I’m looking to spread the word about WP-CLI. One way I’ve decided to do this is to submit a WordCamp talk proposal on the subject.

Of course I can talk about how I’ve benefitted and about my favorite things, but I’d really like to make sure my talk is well-rounded and takes into account real world usage. Basically, I would love to hear from you about your experiences with WP-CLI.

  • Biggest hurdle to overcome?
  • Favorite command?
  • Most irritating aspect?
  • That feature you’re looking forward to using?
  • When did WP-CLI save you hours on a project?
  • Did it teach you something?
  • something else?

Whether there’s something you want to learn or a tip to want to pass on, let me know in the comments!

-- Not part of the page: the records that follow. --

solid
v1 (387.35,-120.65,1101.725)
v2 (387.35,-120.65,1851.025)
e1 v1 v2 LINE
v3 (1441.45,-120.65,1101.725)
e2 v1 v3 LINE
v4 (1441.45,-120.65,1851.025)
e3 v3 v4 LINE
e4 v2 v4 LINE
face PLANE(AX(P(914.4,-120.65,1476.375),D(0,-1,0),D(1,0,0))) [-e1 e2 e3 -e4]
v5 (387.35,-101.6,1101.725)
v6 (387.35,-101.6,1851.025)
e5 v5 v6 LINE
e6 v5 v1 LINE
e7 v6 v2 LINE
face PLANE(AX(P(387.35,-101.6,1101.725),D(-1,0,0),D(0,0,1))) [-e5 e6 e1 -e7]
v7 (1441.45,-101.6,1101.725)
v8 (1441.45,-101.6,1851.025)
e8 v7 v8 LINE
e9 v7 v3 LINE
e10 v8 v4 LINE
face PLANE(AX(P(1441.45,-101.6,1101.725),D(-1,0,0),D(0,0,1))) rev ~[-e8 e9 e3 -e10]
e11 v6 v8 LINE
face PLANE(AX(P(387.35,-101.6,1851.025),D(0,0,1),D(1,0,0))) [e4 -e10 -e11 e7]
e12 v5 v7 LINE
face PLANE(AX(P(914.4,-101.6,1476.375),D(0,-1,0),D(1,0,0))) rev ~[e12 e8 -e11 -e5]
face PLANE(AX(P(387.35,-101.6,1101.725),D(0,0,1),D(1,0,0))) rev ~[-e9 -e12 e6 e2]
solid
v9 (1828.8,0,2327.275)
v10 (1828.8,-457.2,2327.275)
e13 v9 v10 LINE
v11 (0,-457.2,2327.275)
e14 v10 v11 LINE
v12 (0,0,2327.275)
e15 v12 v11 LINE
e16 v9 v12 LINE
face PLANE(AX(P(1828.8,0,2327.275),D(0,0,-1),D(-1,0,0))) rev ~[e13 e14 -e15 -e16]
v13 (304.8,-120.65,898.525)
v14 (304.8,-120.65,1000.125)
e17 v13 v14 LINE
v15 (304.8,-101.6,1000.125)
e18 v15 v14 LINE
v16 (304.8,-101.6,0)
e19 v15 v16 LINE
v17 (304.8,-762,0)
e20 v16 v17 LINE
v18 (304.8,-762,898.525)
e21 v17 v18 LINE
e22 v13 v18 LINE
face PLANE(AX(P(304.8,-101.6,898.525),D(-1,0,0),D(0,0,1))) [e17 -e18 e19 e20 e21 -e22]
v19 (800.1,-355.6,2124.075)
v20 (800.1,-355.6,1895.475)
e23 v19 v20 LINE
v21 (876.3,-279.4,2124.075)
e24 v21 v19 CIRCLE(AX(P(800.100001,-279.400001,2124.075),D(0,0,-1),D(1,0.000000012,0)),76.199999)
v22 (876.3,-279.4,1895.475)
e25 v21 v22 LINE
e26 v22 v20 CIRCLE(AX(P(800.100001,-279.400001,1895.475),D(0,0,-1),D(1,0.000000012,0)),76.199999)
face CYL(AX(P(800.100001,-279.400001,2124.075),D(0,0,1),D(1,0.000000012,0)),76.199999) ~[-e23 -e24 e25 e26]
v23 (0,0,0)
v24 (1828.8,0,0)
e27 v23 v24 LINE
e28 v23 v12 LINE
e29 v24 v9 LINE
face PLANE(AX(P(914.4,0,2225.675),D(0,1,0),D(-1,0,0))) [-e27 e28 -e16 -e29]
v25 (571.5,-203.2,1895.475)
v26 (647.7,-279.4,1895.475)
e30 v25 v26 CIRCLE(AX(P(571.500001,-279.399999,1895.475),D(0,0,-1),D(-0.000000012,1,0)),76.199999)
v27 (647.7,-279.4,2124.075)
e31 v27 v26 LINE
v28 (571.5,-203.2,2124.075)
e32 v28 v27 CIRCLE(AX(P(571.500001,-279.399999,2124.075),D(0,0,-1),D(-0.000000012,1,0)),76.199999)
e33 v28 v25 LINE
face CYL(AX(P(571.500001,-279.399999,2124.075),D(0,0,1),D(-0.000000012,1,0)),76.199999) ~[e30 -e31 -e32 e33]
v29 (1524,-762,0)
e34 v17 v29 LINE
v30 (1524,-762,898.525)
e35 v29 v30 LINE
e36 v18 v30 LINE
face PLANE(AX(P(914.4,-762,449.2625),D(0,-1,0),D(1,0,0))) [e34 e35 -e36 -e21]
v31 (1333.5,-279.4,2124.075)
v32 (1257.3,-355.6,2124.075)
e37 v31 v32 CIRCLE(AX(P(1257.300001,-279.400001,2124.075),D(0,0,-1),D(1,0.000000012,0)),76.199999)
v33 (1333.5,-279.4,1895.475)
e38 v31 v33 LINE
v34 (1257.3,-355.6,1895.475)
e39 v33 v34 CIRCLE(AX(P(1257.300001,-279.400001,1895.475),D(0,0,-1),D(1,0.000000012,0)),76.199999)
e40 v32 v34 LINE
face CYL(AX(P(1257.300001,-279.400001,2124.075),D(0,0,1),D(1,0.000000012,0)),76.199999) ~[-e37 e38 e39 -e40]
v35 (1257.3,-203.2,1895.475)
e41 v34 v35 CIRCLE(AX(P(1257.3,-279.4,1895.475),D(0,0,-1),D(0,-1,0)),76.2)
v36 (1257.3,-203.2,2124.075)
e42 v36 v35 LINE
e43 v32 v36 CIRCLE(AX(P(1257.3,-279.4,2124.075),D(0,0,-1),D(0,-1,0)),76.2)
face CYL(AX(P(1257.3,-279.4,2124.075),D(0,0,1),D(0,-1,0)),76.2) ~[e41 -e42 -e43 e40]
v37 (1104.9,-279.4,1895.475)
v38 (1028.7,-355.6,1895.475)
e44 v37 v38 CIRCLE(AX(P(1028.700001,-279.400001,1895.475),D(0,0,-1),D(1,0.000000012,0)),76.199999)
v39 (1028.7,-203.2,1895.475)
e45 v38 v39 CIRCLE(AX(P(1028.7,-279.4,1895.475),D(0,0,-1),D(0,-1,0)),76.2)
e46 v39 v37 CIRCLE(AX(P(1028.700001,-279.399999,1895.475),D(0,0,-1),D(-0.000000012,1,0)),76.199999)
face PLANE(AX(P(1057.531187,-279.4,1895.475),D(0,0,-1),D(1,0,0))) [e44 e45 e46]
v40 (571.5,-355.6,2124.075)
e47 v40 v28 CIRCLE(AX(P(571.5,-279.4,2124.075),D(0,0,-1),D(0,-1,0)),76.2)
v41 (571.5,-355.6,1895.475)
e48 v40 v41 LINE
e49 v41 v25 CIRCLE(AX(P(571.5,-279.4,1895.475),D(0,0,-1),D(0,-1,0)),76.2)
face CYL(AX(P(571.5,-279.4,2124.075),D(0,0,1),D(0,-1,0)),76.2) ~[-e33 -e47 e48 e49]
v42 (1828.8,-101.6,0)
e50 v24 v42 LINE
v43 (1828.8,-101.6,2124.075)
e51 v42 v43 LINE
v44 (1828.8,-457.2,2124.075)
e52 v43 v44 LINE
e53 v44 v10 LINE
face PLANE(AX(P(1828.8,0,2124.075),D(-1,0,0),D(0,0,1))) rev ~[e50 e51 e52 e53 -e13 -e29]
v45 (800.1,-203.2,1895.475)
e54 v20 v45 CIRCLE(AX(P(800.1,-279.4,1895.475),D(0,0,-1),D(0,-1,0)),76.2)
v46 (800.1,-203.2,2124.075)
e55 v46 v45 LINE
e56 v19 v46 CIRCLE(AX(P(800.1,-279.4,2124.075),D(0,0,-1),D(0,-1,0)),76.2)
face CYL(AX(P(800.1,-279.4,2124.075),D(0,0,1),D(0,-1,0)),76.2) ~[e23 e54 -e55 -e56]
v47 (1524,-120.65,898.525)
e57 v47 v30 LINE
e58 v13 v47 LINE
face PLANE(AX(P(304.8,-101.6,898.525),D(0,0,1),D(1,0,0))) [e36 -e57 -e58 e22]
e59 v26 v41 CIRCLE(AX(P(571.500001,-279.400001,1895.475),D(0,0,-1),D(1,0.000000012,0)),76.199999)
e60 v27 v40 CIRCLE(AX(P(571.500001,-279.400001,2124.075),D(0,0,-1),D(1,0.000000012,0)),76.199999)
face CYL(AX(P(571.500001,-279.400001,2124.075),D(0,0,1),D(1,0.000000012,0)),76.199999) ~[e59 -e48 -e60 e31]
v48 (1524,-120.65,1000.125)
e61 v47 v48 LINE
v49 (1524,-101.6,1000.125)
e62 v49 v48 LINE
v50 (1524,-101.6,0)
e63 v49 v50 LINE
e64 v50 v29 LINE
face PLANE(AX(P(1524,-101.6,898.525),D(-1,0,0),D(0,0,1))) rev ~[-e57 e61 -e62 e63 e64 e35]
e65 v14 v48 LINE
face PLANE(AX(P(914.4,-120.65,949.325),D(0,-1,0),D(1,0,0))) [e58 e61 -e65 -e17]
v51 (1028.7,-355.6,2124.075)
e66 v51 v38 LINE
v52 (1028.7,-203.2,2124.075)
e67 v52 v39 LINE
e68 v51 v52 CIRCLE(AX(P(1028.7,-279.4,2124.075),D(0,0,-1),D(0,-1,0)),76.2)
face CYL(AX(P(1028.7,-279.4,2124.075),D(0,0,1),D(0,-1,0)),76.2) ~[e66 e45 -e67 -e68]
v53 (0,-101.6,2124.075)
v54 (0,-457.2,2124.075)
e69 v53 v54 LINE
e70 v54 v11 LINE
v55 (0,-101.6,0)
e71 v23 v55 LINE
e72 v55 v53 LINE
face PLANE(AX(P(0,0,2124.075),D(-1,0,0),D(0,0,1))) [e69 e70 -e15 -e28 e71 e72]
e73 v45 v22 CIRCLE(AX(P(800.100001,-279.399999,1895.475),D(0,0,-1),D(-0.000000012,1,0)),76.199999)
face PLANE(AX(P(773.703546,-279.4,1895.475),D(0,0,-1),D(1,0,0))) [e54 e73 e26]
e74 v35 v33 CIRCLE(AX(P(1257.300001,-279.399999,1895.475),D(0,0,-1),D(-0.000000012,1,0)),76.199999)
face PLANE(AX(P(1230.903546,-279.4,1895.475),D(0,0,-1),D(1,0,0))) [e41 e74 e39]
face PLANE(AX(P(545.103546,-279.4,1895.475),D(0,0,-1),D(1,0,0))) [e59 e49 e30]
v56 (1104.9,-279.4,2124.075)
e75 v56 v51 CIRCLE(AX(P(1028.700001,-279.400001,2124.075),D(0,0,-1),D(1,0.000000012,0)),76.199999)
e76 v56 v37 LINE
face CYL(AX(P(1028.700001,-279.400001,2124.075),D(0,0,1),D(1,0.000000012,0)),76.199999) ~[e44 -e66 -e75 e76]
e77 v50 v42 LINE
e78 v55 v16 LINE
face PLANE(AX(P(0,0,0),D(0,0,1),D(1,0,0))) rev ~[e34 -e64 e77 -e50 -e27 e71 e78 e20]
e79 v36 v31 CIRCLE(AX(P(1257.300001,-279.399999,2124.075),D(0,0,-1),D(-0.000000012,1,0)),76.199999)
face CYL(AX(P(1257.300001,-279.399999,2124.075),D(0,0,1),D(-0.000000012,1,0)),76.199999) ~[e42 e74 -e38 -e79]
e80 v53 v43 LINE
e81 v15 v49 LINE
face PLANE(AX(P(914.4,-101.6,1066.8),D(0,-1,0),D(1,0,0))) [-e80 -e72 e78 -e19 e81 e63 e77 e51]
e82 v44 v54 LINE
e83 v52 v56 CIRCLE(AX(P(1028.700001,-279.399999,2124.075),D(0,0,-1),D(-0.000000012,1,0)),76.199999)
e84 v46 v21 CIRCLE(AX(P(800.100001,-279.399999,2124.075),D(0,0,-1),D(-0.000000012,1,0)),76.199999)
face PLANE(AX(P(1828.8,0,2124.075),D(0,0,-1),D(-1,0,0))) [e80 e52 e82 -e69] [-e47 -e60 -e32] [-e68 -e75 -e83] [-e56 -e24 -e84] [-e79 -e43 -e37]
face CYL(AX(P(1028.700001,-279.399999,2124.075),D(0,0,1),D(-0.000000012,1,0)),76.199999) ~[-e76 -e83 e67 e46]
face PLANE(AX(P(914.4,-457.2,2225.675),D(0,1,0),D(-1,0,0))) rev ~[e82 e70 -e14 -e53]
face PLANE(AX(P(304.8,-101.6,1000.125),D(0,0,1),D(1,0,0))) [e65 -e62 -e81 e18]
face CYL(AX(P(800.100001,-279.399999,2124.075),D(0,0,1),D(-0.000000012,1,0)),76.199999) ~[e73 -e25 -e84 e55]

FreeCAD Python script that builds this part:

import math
import FreeCAD as App
import Part
import Sketcher
Q = App.Units.Quantity


def add_polygon(sketch, points):
    """Adds a closed chain of lines whose ends are joined by coincident constraints."""
    first, n = sketch.GeometryCount, len(points)
    for a, b in zip(points, points[1:] + points[:1]):
        sketch.addGeometry(Part.LineSegment(App.Vector(*a, 0), App.Vector(*b, 0)), False)
    for i in range(n):
        sketch.addConstraint(Sketcher.Constraint("Coincident", first + i, 2, first + (i + 1) % n, 1))

doc = App.newDocument("Part")
body = doc.addObject("PartDesign::Body", "Body")

sketch1 = body.newObject("Sketcher::SketchObject", "Sketch")
sketch1.AttachmentSupport = (doc.getObject("XZ_Plane"), [""])
sketch1.MapMode = "FlatFace"
add_polygon(sketch1, [(0, 2134), (0, 0), (1829, 0), (1829, 2134)])
sketch1.addConstraint(Sketcher.Constraint("Vertical", 0))
sketch1.addConstraint(Sketcher.Constraint("Horizontal", 1))
sketch1.addConstraint(Sketcher.Constraint("Vertical", 2))
sketch1.addConstraint(Sketcher.Constraint("Horizontal", 3))
sketch1.addConstraint(Sketcher.Constraint("Coincident", 0, 2, -1, 1))
sketch1.addConstraint(Sketcher.Constraint("DistanceX", 1, 1, 1, 2, Q("72 in")))
sketch1.addConstraint(Sketcher.Constraint("DistanceY", 0, 2, 0, 1, Q("84 in")))
pad1 = body.newObject("PartDesign::Pad", "Pad")
pad1.Profile = sketch1
pad1.Length = Q("4 in")

sketch2 = body.newObject("Sketcher::SketchObject", "Sketch001")
sketch2.AttachmentSupport = (doc.getObject("XZ_Plane"), [""])
sketch2.MapMode = "FlatFace"
sketch2.AttachmentOffset = App.Placement(App.Vector(0, 0, 4 * 25.4), App.Rotation())
add_polygon(sketch2, [(305, 899), (305, 0), (1524, 0), (1524, 899)])
sketch2.addConstraint(Sketcher.Constraint("Vertical", 0))
sketch2.addConstraint(Sketcher.Constraint("Horizontal", 1))
sketch2.addConstraint(Sketcher.Constraint("Vertical", 2))
sketch2.addConstraint(Sketcher.Constraint("Horizontal", 3))
sketch2.addConstraint(Sketcher.Constraint("PointOnObject", 0, 2, -1))
sketch2.addConstraint(Sketcher.Constraint("DistanceX", 1, 1, 1, 2, Q("48 in")))
sketch2.addConstraint(Sketcher.Constraint("DistanceX", -1, 1, 0, 2, Q("12 in")))
sketch2.addConstraint(Sketcher.Constraint("DistanceY", 0, 2, 0, 1, Q("35.375 in")))
pad2 = body.newObject("PartDesign::Pad", "Pad001")
pad2.Profile = sketch2
pad2.Length = Q("26 in")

Getting Started with WP-CLI

By getting started, I mean really just getting started. I’m just going to show you how to get WP-CLI running. I think once you do, you’ll take off on your own.

If your local development environment is on VVV, then stop reading, you’ve already got WP-CLI installed!

Here’s a summary of what we’re going to do:

  1. Download the application
  2. Make it executable from the command line
  3. Move and rename it
  4. In case of XAMPP (or MAMP), add its binary directory to PATH (need to make sure XAMPP’s php is used, and not your machine’s)

Yes, the instructions for installing WP-CLI can be found on its site, but sometimes I just like to reiterate and expand.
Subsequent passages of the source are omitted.